How to complete this task:
At the line containing "f 338 22 20", begin retyping, and continue word for word until the records below run out.
§ §
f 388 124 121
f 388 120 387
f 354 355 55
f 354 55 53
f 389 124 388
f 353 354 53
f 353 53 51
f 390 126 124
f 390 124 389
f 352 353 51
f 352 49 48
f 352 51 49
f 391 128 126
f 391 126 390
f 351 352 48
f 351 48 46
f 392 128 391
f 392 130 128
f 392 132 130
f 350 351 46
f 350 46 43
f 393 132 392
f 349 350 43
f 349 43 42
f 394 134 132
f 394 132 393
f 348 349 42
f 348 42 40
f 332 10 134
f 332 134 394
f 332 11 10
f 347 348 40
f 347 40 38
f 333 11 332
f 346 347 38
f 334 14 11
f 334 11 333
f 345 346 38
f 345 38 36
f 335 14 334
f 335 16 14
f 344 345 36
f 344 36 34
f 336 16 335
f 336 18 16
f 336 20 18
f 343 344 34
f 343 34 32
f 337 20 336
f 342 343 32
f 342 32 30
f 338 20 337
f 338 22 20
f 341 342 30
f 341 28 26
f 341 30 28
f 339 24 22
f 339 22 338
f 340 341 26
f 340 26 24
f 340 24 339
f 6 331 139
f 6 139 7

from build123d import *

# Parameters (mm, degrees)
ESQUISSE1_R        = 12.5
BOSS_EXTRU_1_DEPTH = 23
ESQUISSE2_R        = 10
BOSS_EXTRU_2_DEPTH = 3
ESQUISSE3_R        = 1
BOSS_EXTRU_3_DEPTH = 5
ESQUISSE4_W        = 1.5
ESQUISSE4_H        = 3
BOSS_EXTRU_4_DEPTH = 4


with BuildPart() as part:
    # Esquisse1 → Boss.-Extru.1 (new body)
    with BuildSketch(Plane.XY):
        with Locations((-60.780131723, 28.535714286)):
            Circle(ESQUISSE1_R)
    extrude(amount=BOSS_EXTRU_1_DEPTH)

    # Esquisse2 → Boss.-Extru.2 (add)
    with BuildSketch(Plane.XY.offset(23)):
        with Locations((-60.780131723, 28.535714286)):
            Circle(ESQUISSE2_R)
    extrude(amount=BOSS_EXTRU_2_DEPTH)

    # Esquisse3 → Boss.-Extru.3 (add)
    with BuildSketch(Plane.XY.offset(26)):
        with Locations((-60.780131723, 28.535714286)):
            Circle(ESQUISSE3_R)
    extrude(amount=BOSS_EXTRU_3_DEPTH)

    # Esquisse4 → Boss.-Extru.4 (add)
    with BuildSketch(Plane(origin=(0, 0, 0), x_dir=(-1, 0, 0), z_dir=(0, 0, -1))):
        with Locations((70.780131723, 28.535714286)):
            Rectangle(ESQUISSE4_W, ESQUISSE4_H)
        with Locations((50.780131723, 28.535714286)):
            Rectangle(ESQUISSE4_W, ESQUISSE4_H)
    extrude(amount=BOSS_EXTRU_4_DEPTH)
§ §
Solution below:
f 338 22 20
f 341 342 30
f 341 28 26
f 341 30 28
f 339 24 22
f 339 22 338
f 340 341 26
f 340 26 24
f 340 24 339
f 6 331 139
f 6 139 7

from build123d import *

# Parameters (mm, degrees)
ESQUISSE1_R        = 12.5
BOSS_EXTRU_1_DEPTH = 23
ESQUISSE2_R        = 10
BOSS_EXTRU_2_DEPTH = 3
ESQUISSE3_R        = 1
BOSS_EXTRU_3_DEPTH = 5
ESQUISSE4_W        = 1.5
ESQUISSE4_H        = 3
BOSS_EXTRU_4_DEPTH = 4


with BuildPart() as part:
    # Esquisse1 → Boss.-Extru.1 (new body)
    with BuildSketch(Plane.XY):
        with Locations((-60.780131723, 28.535714286)):
            Circle(ESQUISSE1_R)
    extrude(amount=BOSS_EXTRU_1_DEPTH)

    # Esquisse2 → Boss.-Extru.2 (add)
    with BuildSketch(Plane.XY.offset(23)):
        with Locations((-60.780131723, 28.535714286)):
            Circle(ESQUISSE2_R)
    extrude(amount=BOSS_EXTRU_2_DEPTH)

    # Esquisse3 → Boss.-Extru.3 (add)
    with BuildSketch(Plane.XY.offset(26)):
        with Locations((-60.780131723, 28.535714286)):
            Circle(ESQUISSE3_R)
    extrude(amount=BOSS_EXTRU_3_DEPTH)

    # Esquisse4 → Boss.-Extru.4 (add)
    with BuildSketch(Plane(origin=(0, 0, 0), x_dir=(-1, 0, 0), z_dir=(0, 0, -1))):
        with Locations((70.780131723, 28.535714286)):
            Rectangle(ESQUISSE4_W, ESQUISSE4_H)
        with Locations((50.780131723, 28.535714286)):
            Rectangle(ESQUISSE4_W, ESQUISSE4_H)
    extrude(amount=BOSS_EXTRU_4_DEPTH)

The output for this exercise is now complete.